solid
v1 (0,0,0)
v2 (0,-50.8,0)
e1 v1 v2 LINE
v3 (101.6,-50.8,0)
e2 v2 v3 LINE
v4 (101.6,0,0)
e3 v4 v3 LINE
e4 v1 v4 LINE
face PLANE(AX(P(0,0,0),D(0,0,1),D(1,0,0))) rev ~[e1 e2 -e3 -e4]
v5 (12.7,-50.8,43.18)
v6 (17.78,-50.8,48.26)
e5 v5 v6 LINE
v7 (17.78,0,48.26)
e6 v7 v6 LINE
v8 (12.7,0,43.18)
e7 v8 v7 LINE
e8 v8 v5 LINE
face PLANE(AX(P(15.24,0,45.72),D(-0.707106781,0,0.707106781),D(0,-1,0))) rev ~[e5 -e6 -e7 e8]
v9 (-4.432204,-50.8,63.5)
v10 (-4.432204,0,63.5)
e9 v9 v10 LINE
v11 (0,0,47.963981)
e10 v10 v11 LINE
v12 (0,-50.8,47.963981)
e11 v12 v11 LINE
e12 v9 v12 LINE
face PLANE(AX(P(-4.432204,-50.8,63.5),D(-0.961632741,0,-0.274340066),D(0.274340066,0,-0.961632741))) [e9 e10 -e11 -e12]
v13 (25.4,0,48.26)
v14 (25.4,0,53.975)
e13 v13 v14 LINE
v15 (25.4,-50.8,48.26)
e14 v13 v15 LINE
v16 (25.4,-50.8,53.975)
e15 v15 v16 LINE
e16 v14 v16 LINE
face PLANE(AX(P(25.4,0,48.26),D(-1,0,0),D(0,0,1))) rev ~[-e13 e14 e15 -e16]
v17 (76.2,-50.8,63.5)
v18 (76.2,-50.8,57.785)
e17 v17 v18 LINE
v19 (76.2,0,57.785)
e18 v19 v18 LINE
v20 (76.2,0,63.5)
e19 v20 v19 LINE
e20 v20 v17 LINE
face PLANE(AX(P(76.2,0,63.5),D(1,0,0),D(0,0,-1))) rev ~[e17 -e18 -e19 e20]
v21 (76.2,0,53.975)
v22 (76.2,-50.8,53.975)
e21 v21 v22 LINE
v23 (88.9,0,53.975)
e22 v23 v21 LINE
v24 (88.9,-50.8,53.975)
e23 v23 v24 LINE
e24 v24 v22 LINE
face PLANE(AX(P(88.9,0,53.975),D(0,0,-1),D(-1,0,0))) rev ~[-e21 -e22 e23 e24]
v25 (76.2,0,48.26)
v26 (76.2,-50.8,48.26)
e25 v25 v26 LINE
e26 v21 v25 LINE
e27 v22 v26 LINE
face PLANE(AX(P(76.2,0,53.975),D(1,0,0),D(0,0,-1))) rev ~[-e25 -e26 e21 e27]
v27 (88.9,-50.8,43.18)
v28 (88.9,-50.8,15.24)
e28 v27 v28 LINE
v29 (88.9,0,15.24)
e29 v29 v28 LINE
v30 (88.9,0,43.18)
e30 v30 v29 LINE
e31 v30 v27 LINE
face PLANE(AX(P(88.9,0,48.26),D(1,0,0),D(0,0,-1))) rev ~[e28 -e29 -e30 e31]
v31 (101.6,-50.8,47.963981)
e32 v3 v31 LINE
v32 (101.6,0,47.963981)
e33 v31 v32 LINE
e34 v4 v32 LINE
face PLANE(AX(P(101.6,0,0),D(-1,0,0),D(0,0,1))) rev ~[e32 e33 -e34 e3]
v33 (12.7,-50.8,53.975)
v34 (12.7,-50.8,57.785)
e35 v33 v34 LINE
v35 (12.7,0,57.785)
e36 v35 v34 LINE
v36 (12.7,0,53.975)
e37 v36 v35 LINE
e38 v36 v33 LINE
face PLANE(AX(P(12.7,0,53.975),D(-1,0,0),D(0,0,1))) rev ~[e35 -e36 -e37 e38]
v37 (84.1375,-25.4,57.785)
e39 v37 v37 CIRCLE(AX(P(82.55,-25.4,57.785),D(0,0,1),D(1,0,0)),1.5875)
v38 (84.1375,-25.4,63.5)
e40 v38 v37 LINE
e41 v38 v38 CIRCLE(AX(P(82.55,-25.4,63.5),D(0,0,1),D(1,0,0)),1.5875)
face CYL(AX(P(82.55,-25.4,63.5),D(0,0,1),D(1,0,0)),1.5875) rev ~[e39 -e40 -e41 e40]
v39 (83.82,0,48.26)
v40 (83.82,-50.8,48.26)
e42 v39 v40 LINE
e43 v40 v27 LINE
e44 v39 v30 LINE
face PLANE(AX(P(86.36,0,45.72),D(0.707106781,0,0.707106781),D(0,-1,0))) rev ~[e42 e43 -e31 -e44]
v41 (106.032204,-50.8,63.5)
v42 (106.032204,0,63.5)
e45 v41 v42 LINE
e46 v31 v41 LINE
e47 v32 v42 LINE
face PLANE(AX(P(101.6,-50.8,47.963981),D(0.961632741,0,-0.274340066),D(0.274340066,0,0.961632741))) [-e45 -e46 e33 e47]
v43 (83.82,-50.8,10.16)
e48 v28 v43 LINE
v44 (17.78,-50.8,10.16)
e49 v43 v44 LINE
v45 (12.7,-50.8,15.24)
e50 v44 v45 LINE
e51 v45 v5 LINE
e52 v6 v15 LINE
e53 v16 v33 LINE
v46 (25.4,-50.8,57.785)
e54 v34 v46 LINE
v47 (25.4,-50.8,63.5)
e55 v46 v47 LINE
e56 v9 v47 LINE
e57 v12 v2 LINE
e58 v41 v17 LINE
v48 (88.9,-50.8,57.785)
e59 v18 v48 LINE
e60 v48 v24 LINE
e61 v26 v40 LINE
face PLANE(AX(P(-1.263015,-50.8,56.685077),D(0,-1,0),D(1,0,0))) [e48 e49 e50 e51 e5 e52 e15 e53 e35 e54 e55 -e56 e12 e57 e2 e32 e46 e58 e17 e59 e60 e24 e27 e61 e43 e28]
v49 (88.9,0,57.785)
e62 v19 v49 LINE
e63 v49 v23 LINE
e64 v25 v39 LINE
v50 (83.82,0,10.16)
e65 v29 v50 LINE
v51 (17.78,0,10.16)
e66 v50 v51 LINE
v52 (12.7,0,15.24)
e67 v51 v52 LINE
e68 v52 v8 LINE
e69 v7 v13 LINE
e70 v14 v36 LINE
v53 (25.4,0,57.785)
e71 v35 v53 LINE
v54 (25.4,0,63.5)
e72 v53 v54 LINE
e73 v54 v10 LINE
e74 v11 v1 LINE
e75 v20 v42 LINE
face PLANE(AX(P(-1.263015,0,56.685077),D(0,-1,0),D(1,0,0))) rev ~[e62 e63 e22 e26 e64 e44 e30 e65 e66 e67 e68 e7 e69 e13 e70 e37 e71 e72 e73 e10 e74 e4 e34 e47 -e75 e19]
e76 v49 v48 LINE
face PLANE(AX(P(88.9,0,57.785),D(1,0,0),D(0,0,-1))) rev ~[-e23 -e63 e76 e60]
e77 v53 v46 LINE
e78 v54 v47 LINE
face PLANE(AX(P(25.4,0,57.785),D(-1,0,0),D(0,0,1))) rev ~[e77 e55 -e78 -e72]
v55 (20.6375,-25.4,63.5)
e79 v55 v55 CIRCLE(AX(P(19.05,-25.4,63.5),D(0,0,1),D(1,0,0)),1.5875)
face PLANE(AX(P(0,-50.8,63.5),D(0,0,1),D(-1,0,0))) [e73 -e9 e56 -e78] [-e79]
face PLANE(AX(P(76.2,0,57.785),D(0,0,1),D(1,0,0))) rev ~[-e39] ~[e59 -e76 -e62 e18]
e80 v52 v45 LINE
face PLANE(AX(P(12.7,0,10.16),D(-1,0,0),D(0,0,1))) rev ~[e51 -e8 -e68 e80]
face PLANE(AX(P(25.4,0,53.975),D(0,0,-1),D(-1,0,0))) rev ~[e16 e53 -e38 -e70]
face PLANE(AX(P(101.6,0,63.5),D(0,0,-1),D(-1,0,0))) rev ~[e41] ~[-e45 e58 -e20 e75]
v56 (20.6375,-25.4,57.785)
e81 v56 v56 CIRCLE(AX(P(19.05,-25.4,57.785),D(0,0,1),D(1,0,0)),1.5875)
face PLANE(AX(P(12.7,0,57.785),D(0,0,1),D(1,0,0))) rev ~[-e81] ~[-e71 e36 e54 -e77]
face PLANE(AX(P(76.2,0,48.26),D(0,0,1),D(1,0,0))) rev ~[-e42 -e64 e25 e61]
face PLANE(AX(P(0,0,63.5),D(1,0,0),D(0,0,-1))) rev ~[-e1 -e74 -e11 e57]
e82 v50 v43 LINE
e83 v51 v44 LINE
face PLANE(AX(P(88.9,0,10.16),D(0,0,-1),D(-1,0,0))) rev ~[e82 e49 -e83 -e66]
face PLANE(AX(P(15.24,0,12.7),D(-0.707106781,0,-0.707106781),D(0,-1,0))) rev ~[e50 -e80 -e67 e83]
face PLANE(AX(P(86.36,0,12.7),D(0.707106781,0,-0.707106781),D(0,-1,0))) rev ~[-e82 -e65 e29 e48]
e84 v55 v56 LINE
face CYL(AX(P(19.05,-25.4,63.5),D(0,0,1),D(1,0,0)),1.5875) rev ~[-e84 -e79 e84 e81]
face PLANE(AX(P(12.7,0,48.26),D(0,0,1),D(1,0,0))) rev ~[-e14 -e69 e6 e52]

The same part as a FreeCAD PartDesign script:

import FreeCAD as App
import Part
import Sketcher
from FreeCAD import Vector
Q = App.Units.Quantity


def edges_at(feature, points):
    """Names of the edges that pass closest to the given points."""
    edges = feature.Shape.Edges
    near = lambda p: min(range(len(edges)), key=lambda i: edges[i].distToShape(Part.Vertex(*p))[0])
    return sorted({f"Edge{near(p) + 1}" for p in points})

doc = App.newDocument("Part")
body = doc.addObject("PartDesign::Body", "Body")

sketch1 = doc.addObject("Sketcher::SketchObject", "Sketch")
body.addObject(sketch1)
sketch1.AttachmentSupport = (doc.XZ_Plane, [""])
sketch1.MapMode = "FlatFace"
sketch1.addGeometry([
    Part.LineSegment(Vector(25.4, 57.8, 0), Vector(25.4, 63.5, 0)),
    Part.LineSegment(Vector(25.4, 63.5, 0), Vector(0, 63.5, 0)),
    Part.LineSegment(Vector(0, 63.5, 0), Vector(0, 0, 0)),
    Part.LineSegment(Vector(0, 0, 0), Vector(101.6, 0, 0)),
    Part.LineSegment(Vector(101.6, 0, 0), Vector(101.6, 63.5, 0)),
    Part.LineSegment(Vector(101.6, 63.5, 0), Vector(76.2, 63.5, 0)),
    Part.LineSegment(Vector(76.2, 63.5, 0), Vector(76.2, 57.8, 0)),
    Part.LineSegment(Vector(76.2, 57.8, 0), Vector(88.9, 57.8, 0)),
    Part.LineSegment(Vector(88.9, 57.8, 0), Vector(88.9, 54, 0)),
    Part.LineSegment(Vector(88.9, 54, 0), Vector(76.2, 54, 0)),
    Part.LineSegment(Vector(76.2, 54, 0), Vector(76.2, 48.3, 0)),
    Part.LineSegment(Vector(76.2, 48.3, 0), Vector(88.9, 48.3, 0)),
    Part.LineSegment(Vector(88.9, 48.3, 0), Vector(88.9, 10.2, 0)),
    Part.LineSegment(Vector(88.9, 10.2, 0), Vector(12.7, 10.2, 0)),
    Part.LineSegment(Vector(12.7, 10.2, 0), Vector(12.7, 48.3, 0)),
    Part.LineSegment(Vector(12.7, 48.3, 0), Vector(25.4, 48.3, 0)),
    Part.LineSegment(Vector(25.4, 48.3, 0), Vector(25.4, 54, 0)),
    Part.LineSegment(Vector(25.4, 54, 0), Vector(12.7, 54, 0)),
    Part.LineSegment(Vector(12.7, 54, 0), Vector(12.7, 57.8, 0)),
    Part.LineSegment(Vector(12.7, 57.8, 0), Vector(25.4, 57.8, 0)),
], False)
sketch1.addConstraint([
    Sketcher.Constraint("Coincident", 0, 2, 1, 1),
    Sketcher.Constraint("Coincident", 1, 2, 2, 1),
    Sketcher.Constraint("Coincident", 2, 2, 3, 1),
    Sketcher.Constraint("Coincident", 3, 2, 4, 1),
    Sketcher.Constraint("Coincident", 4, 2, 5, 1),
    Sketcher.Constraint("Coincident", 5, 2, 6, 1),
    Sketcher.Constraint("Coincident", 6, 2, 7, 1),
    Sketcher.Constraint("Coincident", 7, 2, 8, 1),
    Sketcher.Constraint("Coincident", 8, 2, 9, 1),
    Sketcher.Constraint("Coincident", 9, 2, 10, 1),
    Sketcher.Constraint("Coincident", 10, 2, 11, 1),
    Sketcher.Constraint("Coincident", 11, 2, 12, 1),
    Sketcher.Constraint("Coincident", 12, 2, 13, 1),
    Sketcher.Constraint("Coincident", 13, 2, 14, 1),
    Sketcher.Constraint("Coincident", 14, 2, 15, 1),
    Sketcher.Constraint("Coincident", 15, 2, 16, 1),
    Sketcher.Constraint("Coincident", 16, 2, 17, 1),
    Sketcher.Constraint("Coincident", 17, 2, 18, 1),
    Sketcher.Constraint("Coincident", 18, 2, 19, 1),
    Sketcher.Constraint("Coincident", 19, 2, 0, 1),
    Sketcher.Constraint("Vertical", 0),
    Sketcher.Constraint("Horizontal", 1),
    Sketcher.Constraint("Vertical", 2),
    Sketcher.Constraint("Horizontal", 3),
    Sketcher.Constraint("Vertical", 4),
    Sketcher.Constraint("Horizontal", 5),
    Sketcher.Constraint("Vertical", 6),
    Sketcher.Constraint("Horizontal", 7),
    Sketcher.Constraint("Vertical", 8),
    Sketcher.Constraint("Horizontal", 9),
    Sketcher.Constraint("Vertical", 10),
    Sketcher.Constraint("Horizontal", 11),
    Sketcher.Constraint("Vertical", 12),
    Sketcher.Constraint("Horizontal", 13),
    Sketcher.Constraint("Vertical", 14),
    Sketcher.Constraint("Horizontal", 15),
    Sketcher.Constraint("Vertical", 16),
    Sketcher.Constraint("Horizontal", 17),
    Sketcher.Constraint("Vertical", 18),
    Sketcher.Constraint("Horizontal", 19),
    Sketcher.Constraint("Coincident", 2, 2, -1, 1),
    Sketcher.Constraint("Horizontal", 1, 2, 4, 2),
    Sketcher.Constraint("Horizontal", 11, 2, 14, 2),
    Sketcher.Constraint("Horizontal", 9, 2, 16, 2),
    Sketcher.Constraint("Horizontal", 7, 2, 18, 2),
    Sketcher.Constraint("Vertical", 6, 2, 9, 2),
    Sketcher.Constraint("Vertical", 8, 2, 11, 2),
    Sketcher.Constraint("Vertical", 0, 2, 15, 2),
    Sketcher.Constraint("Vertical", 14, 2, 17, 2),
    Sketcher.Constraint("Equal", 1, 5),
    Sketcher.Constraint("Equal", 11, 15),
    Sketcher.Constraint("Equal", 6, 10),
    Sketcher.Constraint("DistanceX", 1, 2, 1, 1, Q("1 in")),
    Sketcher.Constraint("DistanceX", 3, 1, 3, 2, Q("4 in")),
    Sketcher.Constraint("DistanceX", 13, 2, 13, 1, Q("3 in")),
    Sketcher.Constraint("DistanceY", 2, 2, 2, 1, Q("2.5 in")),
    Sketcher.Constraint("DistanceY", 12, 2, 12, 1, Q("1.5 in")),
    Sketcher.Constraint("DistanceY", 8, 2, 8, 1, Q("0.15 in")),
    Sketcher.Constraint("DistanceY", -1, 1, 10, 2, Q("1.9 in")),
])
pad1 = doc.addObject("PartDesign::Pad", "Pad")
body.addObject(pad1)
pad1.Profile = sketch1
pad1.Length = Q("2 in")

sketch2 = doc.addObject("Sketcher::SketchObject", "Sketch001")
body.addObject(sketch2)
sketch2.AttachmentSupport = (doc.XY_Plane, [""])
sketch2.MapMode = "FlatFace"
sketch2.AttachmentOffset = App.Placement(Vector(0, 0, 2.5 * 25.4), App.Rotation())
sketch2.addGeometry([
    Part.Circle(Vector(19.1, -25.4, 0), Vector(0, 0, 1), 1.6),
    Part.Circle(Vector(82.5, -25.4, 0), Vector(0, 0, 1), 1.6),
], False)
sketch2.addConstraint([
    Sketcher.Constraint("Equal", 0, 1),
    Sketcher.Constraint("Horizontal", 0, 3, 1, 3),
    Sketcher.Constraint("Diameter", 0, Q("0.125 in")),
    Sketcher.Constraint("DistanceY", 0, 3, -1, 1, Q("1 in")),
    Sketcher.Constraint("DistanceX", 0, 3, 1, 3, Q("2.5 in")),
    Sketcher.Constraint("DistanceX", -1, 1, 0, 3, Q("0.75 in")),
])
pocket1 = doc.addObject("PartDesign::Pocket", "Pocket")
body.addObject(pocket1)
pocket1.Profile = sketch2
pocket1.Length = Q("0.225 in")
doc.recompute()

chamfer = doc.addObject("PartDesign::Chamfer", "Chamfer")
body.addObject(chamfer)
chamfer.Base = (pocket1, edges_at(pocket1, [
    (12.7, -25.4, 10.16),
    (88.9, -25.4, 10.16),
    (12.7, -25.4, 48.26),
    (88.9, -25.4, 48.26),
]))
chamfer.Size = Q("0.2 in")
------------------------------------------------
What is needed is an exact copy of the entries from their first line down to the line with "e40 v38 v37 LINE", that line included, and nothing beyond it.

solid
v1 (0,0,0)
v2 (0,-50.8,0)
e1 v1 v2 LINE
v3 (101.6,-50.8,0)
e2 v2 v3 LINE
v4 (101.6,0,0)
e3 v4 v3 LINE
e4 v1 v4 LINE
face PLANE(AX(P(0,0,0),D(0,0,1),D(1,0,0))) rev ~[e1 e2 -e3 -e4]
v5 (12.7,-50.8,43.18)
v6 (17.78,-50.8,48.26)
e5 v5 v6 LINE
v7 (17.78,0,48.26)
e6 v7 v6 LINE
v8 (12.7,0,43.18)
e7 v8 v7 LINE
e8 v8 v5 LINE
face PLANE(AX(P(15.24,0,45.72),D(-0.707106781,0,0.707106781),D(0,-1,0))) rev ~[e5 -e6 -e7 e8]
v9 (-4.432204,-50.8,63.5)
v10 (-4.432204,0,63.5)
e9 v9 v10 LINE
v11 (0,0,47.963981)
e10 v10 v11 LINE
v12 (0,-50.8,47.963981)
e11 v12 v11 LINE
e12 v9 v12 LINE
face PLANE(AX(P(-4.432204,-50.8,63.5),D(-0.961632741,0,-0.274340066),D(0.274340066,0,-0.961632741))) [e9 e10 -e11 -e12]
v13 (25.4,0,48.26)
v14 (25.4,0,53.975)
e13 v13 v14 LINE
v15 (25.4,-50.8,48.26)
e14 v13 v15 LINE
v16 (25.4,-50.8,53.975)
e15 v15 v16 LINE
e16 v14 v16 LINE
face PLANE(AX(P(25.4,0,48.26),D(-1,0,0),D(0,0,1))) rev ~[-e13 e14 e15 -e16]
v17 (76.2,-50.8,63.5)
v18 (76.2,-50.8,57.785)
e17 v17 v18 LINE
v19 (76.2,0,57.785)
e18 v19 v18 LINE
v20 (76.2,0,63.5)
e19 v20 v19 LINE
e20 v20 v17 LINE
face PLANE(AX(P(76.2,0,63.5),D(1,0,0),D(0,0,-1))) rev ~[e17 -e18 -e19 e20]
v21 (76.2,0,53.975)
v22 (76.2,-50.8,53.975)
e21 v21 v22 LINE
v23 (88.9,0,53.975)
e22 v23 v21 LINE
v24 (88.9,-50.8,53.975)
e23 v23 v24 LINE
e24 v24 v22 LINE
face PLANE(AX(P(88.9,0,53.975),D(0,0,-1),D(-1,0,0))) rev ~[-e21 -e22 e23 e24]
v25 (76.2,0,48.26)
v26 (76.2,-50.8,48.26)
e25 v25 v26 LINE
e26 v21 v25 LINE
e27 v22 v26 LINE
face PLANE(AX(P(76.2,0,53.975),D(1,0,0),D(0,0,-1))) rev ~[-e25 -e26 e21 e27]
v27 (88.9,-50.8,43.18)
v28 (88.9,-50.8,15.24)
e28 v27 v28 LINE
v29 (88.9,0,15.24)
e29 v29 v28 LINE
v30 (88.9,0,43.18)
e30 v30 v29 LINE
e31 v30 v27 LINE
face PLANE(AX(P(88.9,0,48.26),D(1,0,0),D(0,0,-1))) rev ~[e28 -e29 -e30 e31]
v31 (101.6,-50.8,47.963981)
e32 v3 v31 LINE
v32 (101.6,0,47.963981)
e33 v31 v32 LINE
e34 v4 v32 LINE
face PLANE(AX(P(101.6,0,0),D(-1,0,0),D(0,0,1))) rev ~[e32 e33 -e34 e3]
v33 (12.7,-50.8,53.975)
v34 (12.7,-50.8,57.785)
e35 v33 v34 LINE
v35 (12.7,0,57.785)
e36 v35 v34 LINE
v36 (12.7,0,53.975)
e37 v36 v35 LINE
e38 v36 v33 LINE
face PLANE(AX(P(12.7,0,53.975),D(-1,0,0),D(0,0,1))) rev ~[e35 -e36 -e37 e38]
v37 (84.1375,-25.4,57.785)
e39 v37 v37 CIRCLE(AX(P(82.55,-25.4,57.785),D(0,0,1),D(1,0,0)),1.5875)
v38 (84.1375,-25.4,63.5)
e40 v38 v37 LINE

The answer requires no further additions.